Data records
※

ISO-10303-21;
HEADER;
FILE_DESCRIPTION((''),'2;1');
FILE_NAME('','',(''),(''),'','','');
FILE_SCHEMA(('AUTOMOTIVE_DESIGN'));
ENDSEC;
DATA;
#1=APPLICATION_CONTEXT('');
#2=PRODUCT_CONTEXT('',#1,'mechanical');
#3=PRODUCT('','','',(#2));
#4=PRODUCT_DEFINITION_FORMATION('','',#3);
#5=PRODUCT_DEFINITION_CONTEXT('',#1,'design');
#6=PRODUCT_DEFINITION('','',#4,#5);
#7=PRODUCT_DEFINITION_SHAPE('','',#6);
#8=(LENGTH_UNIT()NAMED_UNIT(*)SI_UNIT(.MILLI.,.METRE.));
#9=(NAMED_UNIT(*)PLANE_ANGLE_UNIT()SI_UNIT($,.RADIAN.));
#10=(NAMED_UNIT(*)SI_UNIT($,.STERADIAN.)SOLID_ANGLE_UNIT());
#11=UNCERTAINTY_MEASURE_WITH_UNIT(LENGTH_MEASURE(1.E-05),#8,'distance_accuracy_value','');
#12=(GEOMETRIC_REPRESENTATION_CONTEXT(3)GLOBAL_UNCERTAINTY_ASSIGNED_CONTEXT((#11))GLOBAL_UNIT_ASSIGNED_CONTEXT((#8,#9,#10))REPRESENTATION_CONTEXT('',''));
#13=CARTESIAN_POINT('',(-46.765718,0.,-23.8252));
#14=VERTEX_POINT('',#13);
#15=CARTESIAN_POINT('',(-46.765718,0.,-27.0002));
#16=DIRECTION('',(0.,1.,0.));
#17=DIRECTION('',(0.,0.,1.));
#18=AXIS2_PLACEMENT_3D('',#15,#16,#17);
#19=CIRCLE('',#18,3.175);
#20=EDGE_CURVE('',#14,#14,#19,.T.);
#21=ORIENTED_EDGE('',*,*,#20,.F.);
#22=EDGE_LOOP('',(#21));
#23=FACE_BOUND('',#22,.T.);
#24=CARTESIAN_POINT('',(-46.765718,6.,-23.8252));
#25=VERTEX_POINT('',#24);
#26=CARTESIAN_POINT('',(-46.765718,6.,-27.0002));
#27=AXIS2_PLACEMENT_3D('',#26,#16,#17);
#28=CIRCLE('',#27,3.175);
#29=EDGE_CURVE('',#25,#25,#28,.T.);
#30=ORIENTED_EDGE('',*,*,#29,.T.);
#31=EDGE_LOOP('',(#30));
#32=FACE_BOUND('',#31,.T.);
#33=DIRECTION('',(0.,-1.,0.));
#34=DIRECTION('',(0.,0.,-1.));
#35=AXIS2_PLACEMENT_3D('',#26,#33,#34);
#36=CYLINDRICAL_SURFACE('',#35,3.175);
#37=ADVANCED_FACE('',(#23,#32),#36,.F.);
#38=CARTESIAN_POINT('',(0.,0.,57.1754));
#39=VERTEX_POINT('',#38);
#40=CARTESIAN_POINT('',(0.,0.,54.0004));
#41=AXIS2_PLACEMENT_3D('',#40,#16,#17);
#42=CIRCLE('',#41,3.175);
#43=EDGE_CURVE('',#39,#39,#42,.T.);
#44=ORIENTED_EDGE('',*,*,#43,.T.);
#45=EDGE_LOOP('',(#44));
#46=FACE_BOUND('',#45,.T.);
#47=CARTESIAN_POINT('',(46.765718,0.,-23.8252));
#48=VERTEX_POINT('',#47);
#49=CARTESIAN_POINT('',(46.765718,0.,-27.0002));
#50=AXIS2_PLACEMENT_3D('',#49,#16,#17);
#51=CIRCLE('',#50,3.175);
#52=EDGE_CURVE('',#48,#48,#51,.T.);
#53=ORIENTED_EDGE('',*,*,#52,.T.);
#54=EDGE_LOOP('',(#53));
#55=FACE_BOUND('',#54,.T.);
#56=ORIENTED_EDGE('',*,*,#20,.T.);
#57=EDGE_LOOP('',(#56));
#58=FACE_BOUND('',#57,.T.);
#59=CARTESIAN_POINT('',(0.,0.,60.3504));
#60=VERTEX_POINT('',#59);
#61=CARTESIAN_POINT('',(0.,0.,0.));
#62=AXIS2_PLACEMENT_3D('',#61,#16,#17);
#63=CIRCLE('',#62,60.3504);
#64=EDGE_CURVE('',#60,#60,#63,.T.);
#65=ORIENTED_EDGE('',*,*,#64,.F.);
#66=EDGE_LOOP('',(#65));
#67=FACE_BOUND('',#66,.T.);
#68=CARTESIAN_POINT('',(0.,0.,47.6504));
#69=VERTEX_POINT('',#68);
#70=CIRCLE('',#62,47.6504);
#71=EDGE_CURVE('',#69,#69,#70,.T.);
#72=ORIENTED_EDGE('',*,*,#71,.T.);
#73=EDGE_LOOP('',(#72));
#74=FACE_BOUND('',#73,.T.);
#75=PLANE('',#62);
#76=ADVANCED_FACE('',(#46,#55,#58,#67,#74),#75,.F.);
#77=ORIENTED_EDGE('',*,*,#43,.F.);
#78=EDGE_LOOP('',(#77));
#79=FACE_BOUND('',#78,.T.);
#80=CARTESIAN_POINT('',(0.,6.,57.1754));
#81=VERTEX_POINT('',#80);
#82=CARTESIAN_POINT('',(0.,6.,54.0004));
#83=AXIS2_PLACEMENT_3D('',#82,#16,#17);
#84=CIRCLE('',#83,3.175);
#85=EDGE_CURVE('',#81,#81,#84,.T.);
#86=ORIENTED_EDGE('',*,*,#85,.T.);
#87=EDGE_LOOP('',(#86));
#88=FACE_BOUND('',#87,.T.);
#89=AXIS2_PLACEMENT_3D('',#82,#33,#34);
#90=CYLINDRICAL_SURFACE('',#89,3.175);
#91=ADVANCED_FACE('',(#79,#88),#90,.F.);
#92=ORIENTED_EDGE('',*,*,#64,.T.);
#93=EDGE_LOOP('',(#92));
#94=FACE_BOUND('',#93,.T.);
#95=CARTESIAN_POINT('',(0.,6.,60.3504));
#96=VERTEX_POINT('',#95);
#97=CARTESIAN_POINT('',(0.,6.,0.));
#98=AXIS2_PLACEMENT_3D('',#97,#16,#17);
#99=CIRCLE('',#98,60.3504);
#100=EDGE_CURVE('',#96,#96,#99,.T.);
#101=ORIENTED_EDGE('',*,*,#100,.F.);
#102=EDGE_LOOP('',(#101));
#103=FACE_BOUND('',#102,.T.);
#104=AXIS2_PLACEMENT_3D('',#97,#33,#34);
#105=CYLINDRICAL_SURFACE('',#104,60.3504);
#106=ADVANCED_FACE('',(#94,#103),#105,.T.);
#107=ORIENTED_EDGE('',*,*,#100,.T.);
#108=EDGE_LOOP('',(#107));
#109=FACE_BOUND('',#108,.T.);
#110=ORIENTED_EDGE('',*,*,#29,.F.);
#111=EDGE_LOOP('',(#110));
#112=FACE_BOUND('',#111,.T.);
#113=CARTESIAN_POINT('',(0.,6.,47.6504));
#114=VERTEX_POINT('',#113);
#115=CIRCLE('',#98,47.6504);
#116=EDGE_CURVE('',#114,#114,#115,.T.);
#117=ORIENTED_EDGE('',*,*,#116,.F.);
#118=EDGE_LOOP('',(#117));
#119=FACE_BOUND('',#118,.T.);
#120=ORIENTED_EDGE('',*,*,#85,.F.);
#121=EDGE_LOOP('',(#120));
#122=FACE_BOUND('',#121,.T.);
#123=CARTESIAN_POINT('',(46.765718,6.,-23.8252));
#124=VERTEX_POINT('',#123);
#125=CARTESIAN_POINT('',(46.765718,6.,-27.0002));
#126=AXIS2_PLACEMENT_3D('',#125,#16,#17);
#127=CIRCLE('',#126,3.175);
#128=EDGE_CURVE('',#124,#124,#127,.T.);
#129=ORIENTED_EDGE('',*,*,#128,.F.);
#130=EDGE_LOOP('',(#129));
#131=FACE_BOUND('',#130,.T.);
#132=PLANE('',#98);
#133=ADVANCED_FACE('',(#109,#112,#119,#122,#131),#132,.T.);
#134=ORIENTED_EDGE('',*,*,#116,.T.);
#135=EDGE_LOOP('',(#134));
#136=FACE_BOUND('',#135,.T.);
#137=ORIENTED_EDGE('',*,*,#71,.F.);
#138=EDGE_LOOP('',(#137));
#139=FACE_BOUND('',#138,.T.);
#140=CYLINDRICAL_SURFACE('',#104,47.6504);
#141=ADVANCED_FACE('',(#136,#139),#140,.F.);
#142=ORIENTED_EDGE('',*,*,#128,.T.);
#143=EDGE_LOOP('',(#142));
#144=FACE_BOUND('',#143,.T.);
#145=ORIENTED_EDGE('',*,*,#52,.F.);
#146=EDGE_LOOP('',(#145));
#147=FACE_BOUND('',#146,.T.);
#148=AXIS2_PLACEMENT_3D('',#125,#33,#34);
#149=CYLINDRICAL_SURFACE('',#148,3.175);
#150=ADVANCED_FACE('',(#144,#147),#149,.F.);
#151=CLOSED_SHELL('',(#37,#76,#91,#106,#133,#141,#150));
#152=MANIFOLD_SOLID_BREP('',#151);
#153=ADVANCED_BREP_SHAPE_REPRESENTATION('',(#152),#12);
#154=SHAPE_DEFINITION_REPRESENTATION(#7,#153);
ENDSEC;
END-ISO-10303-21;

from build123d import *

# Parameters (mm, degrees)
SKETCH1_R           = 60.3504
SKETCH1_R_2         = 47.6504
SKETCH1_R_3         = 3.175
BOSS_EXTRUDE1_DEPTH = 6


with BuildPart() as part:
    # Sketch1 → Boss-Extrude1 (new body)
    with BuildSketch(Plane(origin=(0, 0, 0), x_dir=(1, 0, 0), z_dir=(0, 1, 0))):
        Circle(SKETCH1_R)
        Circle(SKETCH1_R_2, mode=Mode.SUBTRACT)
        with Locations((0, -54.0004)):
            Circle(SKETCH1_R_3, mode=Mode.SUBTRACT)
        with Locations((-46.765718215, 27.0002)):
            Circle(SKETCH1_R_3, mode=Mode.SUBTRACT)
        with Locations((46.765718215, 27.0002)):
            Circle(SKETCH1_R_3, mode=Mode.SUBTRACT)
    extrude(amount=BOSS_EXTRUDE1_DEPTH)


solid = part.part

※

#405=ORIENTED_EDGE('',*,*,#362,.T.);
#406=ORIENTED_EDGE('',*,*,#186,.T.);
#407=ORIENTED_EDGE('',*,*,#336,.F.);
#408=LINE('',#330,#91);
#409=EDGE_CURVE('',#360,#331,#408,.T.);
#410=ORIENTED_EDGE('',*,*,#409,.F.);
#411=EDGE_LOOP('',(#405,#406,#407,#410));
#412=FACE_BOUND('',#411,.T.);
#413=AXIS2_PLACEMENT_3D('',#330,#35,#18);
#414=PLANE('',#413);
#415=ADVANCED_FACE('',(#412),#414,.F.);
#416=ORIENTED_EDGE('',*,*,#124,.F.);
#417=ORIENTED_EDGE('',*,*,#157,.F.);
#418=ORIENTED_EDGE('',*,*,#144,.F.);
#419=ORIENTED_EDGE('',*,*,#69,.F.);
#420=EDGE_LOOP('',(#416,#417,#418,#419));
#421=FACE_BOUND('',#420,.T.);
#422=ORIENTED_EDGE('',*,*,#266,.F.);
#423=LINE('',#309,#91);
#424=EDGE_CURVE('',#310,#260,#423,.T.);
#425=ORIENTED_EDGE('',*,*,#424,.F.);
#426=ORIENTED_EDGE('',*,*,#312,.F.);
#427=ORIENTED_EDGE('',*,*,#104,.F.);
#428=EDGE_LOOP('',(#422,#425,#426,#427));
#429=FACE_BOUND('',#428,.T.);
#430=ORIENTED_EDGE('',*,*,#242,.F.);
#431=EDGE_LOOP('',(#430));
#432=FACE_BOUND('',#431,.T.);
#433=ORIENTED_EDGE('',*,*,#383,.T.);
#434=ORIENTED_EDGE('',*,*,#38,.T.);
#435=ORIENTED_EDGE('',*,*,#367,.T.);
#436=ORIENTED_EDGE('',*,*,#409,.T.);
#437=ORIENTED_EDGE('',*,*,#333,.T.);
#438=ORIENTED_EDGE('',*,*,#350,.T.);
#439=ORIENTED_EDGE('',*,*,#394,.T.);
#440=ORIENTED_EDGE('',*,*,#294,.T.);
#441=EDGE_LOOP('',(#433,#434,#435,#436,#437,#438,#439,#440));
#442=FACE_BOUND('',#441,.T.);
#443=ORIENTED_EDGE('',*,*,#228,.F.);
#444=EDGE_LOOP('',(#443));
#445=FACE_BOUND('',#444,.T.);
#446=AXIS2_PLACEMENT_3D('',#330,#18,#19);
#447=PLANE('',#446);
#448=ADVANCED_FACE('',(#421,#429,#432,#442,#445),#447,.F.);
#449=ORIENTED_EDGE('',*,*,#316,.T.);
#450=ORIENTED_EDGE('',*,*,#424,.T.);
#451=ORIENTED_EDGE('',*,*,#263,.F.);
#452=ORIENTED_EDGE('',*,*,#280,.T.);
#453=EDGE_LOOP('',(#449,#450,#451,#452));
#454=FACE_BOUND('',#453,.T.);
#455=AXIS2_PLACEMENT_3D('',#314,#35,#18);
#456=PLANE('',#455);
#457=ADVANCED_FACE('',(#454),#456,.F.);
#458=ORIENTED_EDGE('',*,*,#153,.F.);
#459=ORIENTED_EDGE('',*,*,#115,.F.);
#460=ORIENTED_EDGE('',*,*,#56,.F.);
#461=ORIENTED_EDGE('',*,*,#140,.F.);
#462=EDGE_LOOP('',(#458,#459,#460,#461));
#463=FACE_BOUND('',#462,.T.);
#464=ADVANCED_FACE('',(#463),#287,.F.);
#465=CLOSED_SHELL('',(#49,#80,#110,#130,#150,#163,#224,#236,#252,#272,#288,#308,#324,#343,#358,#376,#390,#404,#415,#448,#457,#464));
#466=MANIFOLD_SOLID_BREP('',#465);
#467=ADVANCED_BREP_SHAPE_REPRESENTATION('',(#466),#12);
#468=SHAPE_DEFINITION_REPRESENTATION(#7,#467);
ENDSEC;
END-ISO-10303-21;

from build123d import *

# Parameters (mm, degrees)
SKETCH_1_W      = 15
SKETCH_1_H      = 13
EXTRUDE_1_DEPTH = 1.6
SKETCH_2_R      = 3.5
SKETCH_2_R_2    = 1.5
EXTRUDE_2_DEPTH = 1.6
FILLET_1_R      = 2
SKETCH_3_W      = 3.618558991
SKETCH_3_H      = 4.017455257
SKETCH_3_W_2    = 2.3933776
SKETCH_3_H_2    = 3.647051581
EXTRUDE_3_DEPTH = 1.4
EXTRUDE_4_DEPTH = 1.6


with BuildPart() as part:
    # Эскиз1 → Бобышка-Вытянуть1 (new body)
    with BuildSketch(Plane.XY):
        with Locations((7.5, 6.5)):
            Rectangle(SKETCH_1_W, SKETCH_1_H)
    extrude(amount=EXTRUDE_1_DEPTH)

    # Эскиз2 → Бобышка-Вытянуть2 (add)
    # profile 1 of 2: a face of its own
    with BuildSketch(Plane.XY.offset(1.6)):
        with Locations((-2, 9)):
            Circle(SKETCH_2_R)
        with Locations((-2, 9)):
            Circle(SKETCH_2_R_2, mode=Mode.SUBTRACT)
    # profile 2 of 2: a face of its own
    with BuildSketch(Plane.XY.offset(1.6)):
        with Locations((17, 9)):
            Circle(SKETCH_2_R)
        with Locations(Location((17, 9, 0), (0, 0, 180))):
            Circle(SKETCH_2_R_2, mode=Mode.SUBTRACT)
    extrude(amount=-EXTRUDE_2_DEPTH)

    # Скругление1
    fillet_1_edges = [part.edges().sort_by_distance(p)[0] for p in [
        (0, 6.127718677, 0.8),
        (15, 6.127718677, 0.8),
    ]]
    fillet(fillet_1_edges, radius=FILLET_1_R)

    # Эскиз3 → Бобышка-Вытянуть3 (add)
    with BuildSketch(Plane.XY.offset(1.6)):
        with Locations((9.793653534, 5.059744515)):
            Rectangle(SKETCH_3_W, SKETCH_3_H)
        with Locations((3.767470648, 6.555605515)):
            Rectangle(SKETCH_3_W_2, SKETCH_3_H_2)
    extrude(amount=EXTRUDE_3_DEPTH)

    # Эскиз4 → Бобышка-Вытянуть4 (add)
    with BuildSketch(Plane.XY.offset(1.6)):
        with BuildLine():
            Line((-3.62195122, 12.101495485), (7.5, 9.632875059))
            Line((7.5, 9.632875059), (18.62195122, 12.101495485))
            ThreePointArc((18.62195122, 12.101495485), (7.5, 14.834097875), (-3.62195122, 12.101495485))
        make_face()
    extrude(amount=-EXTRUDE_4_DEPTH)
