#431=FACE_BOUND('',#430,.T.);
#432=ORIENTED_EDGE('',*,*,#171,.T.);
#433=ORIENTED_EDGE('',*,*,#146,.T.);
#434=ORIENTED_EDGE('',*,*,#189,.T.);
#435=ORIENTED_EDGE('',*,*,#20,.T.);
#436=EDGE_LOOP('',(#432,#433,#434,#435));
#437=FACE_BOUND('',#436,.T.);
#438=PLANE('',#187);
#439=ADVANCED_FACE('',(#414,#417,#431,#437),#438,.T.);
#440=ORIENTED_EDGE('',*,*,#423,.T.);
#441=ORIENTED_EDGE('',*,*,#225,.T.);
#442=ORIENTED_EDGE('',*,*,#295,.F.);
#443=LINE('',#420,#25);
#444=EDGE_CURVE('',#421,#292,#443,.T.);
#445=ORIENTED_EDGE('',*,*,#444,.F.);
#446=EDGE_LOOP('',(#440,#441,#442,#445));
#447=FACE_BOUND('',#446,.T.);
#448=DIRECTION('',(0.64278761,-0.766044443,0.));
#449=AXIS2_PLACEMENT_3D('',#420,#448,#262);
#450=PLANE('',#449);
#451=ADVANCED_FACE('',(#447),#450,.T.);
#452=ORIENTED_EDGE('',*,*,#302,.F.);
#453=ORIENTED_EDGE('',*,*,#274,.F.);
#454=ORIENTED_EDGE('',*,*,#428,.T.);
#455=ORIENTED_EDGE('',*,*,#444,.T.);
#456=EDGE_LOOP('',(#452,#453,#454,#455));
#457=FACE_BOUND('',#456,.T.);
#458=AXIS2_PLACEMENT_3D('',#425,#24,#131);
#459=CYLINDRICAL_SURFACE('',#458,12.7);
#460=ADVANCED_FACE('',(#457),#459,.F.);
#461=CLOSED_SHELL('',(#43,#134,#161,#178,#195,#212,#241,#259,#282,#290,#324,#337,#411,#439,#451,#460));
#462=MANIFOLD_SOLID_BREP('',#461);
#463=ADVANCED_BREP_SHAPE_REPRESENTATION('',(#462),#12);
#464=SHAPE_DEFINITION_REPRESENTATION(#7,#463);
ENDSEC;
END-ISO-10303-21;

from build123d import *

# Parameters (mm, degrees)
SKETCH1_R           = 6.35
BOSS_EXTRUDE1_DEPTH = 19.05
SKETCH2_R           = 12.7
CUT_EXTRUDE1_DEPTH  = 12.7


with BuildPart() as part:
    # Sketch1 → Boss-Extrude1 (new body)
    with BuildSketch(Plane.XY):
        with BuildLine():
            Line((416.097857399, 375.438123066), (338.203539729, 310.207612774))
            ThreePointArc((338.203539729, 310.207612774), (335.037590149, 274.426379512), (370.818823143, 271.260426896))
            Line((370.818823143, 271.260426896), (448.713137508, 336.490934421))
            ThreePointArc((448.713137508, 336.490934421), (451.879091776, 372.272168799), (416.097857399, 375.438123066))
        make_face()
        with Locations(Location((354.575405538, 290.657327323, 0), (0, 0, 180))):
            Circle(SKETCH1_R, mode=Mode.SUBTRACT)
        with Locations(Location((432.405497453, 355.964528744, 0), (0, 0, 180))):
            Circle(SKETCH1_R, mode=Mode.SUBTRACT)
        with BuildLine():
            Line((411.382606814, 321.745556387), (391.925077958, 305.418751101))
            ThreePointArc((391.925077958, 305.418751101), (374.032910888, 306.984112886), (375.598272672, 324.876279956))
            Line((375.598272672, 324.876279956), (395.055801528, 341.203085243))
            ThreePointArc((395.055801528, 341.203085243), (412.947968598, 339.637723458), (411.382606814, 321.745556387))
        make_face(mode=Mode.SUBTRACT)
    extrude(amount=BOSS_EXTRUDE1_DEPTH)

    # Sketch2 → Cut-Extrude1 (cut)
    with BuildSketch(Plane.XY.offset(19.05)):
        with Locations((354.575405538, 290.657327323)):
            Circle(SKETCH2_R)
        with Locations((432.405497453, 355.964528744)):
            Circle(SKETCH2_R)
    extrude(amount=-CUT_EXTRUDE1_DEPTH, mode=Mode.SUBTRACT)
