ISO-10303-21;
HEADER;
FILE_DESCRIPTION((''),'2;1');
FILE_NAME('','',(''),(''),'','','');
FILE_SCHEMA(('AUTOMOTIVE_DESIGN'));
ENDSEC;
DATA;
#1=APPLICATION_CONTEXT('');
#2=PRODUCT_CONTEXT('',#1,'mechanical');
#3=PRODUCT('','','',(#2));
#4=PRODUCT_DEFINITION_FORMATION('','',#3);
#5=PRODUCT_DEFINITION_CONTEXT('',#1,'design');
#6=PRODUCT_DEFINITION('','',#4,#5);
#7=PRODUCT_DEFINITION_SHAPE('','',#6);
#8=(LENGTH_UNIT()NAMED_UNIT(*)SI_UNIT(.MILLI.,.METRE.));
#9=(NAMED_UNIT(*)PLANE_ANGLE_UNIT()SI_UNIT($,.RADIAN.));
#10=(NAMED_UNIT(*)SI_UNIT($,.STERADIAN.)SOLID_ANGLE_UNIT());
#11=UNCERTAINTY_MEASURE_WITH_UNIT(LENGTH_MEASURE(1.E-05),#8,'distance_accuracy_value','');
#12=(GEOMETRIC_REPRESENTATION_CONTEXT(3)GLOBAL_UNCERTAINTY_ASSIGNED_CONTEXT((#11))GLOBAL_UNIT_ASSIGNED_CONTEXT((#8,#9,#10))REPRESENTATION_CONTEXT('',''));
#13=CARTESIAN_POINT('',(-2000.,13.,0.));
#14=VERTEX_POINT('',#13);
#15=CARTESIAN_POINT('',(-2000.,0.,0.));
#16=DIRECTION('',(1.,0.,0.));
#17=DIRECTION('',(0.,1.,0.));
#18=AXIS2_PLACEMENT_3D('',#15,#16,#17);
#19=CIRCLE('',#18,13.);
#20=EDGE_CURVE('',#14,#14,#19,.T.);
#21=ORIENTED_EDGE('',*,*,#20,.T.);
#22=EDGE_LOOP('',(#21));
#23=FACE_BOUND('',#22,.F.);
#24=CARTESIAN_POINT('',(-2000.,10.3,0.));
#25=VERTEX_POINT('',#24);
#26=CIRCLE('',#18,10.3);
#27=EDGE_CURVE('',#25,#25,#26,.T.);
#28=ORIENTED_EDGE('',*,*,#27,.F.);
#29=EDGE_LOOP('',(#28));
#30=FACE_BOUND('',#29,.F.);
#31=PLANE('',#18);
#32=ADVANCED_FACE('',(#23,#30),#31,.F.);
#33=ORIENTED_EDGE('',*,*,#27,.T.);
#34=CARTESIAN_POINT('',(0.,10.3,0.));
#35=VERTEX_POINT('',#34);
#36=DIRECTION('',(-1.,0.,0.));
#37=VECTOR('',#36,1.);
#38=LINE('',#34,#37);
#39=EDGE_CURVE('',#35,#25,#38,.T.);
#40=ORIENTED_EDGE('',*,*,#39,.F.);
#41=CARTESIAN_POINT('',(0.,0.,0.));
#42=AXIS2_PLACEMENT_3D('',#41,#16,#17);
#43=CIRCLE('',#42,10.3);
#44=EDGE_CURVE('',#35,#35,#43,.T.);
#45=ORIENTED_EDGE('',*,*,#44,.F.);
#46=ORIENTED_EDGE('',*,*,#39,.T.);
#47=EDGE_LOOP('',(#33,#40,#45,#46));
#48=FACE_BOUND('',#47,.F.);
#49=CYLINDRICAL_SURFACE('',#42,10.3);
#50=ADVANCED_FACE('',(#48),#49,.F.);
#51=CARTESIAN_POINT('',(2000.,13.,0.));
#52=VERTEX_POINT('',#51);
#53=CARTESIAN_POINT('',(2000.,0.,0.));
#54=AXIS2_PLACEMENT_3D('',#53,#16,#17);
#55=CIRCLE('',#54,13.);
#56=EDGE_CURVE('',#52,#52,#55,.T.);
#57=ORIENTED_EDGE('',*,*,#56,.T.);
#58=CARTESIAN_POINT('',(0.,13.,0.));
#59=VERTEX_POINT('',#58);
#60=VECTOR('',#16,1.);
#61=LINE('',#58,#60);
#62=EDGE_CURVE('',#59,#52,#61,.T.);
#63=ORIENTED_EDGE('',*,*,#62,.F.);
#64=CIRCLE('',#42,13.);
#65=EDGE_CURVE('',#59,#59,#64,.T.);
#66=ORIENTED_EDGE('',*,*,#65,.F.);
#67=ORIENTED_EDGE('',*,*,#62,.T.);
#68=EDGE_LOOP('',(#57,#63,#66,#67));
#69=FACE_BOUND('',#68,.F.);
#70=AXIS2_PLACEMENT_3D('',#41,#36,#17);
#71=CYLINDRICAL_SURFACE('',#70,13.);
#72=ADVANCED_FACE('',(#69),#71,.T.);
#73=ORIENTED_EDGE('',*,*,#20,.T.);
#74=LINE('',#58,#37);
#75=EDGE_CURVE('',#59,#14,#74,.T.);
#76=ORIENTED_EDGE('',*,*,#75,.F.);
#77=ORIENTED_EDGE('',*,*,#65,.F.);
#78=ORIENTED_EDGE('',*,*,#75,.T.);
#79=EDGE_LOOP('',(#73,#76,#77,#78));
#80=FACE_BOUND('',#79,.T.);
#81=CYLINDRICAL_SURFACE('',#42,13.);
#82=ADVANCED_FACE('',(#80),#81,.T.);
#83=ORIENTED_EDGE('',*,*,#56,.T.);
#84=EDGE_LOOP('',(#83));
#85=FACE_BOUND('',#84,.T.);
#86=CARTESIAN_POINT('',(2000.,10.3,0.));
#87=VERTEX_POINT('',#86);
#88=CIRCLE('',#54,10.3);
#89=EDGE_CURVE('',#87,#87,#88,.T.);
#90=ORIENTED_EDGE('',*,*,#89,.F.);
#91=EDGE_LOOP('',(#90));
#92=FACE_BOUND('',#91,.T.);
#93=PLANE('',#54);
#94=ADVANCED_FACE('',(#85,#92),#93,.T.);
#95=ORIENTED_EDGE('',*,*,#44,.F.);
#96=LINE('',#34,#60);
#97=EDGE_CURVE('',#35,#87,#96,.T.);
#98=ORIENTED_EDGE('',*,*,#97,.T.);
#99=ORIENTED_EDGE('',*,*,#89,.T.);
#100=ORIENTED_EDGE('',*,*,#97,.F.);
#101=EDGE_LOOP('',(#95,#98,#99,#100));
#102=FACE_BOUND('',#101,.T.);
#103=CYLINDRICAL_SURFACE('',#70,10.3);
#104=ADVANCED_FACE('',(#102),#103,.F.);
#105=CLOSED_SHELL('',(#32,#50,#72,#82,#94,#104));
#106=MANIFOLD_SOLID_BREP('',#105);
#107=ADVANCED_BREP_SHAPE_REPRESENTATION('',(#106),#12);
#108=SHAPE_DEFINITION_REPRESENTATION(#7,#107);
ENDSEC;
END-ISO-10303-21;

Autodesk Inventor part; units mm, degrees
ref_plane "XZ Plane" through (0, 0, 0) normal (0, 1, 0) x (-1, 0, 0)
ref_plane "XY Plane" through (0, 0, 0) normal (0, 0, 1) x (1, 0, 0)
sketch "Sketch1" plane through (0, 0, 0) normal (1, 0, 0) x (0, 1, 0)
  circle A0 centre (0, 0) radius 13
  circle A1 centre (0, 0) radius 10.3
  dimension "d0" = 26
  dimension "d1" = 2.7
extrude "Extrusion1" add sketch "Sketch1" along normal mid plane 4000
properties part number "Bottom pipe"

※

◆ Action item: Write out exactly the lines that fall from the line with "#78=EDGE_LOOP('',(#77));" to the line with "#122=FACE_BOUND('',#121,.T.);" in the records above, keeping both ends.

◆ Response area:
#78=EDGE_LOOP('',(#77));
#79=FACE_BOUND('',#78,.T.);
#80=CARTESIAN_POINT('',(0.,6.,57.1754));
#81=VERTEX_POINT('',#80);
#82=CARTESIAN_POINT('',(0.,6.,54.0004));
#83=AXIS2_PLACEMENT_3D('',#82,#16,#17);
#84=CIRCLE('',#83,3.175);
#85=EDGE_CURVE('',#81,#81,#84,.T.);
#86=ORIENTED_EDGE('',*,*,#85,.T.);
#87=EDGE_LOOP('',(#86));
#88=FACE_BOUND('',#87,.T.);
#89=AXIS2_PLACEMENT_3D('',#82,#33,#34);
#90=CYLINDRICAL_SURFACE('',#89,3.175);
#91=ADVANCED_FACE('',(#79,#88),#90,.F.);
#92=ORIENTED_EDGE('',*,*,#64,.T.);
#93=EDGE_LOOP('',(#92));
#94=FACE_BOUND('',#93,.T.);
#95=CARTESIAN_POINT('',(0.,6.,60.3504));
#96=VERTEX_POINT('',#95);
#97=CARTESIAN_POINT('',(0.,6.,0.));
#98=AXIS2_PLACEMENT_3D('',#97,#16,#17);
#99=CIRCLE('',#98,60.3504);
#100=EDGE_CURVE('',#96,#96,#99,.T.);
#101=ORIENTED_EDGE('',*,*,#100,.F.);
#102=EDGE_LOOP('',(#101));
#103=FACE_BOUND('',#102,.T.);
#104=AXIS2_PLACEMENT_3D('',#97,#33,#34);
#105=CYLINDRICAL_SURFACE('',#104,60.3504);
#106=ADVANCED_FACE('',(#94,#103),#105,.T.);
#107=ORIENTED_EDGE('',*,*,#100,.T.);
#108=EDGE_LOOP('',(#107));
#109=FACE_BOUND('',#108,.T.);
#110=ORIENTED_EDGE('',*,*,#29,.F.);
#111=EDGE_LOOP('',(#110));
#112=FACE_BOUND('',#111,.T.);
#113=CARTESIAN_POINT('',(0.,6.,47.6504));
#114=VERTEX_POINT('',#113);
#115=CIRCLE('',#98,47.6504);
#116=EDGE_CURVE('',#114,#114,#115,.T.);
#117=ORIENTED_EDGE('',*,*,#116,.F.);
#118=EDGE_LOOP('',(#117));
#119=FACE_BOUND('',#118,.T.);
#120=ORIENTED_EDGE('',*,*,#85,.F.);
#121=EDGE_LOOP('',(#120));
#122=FACE_BOUND('',#121,.T.);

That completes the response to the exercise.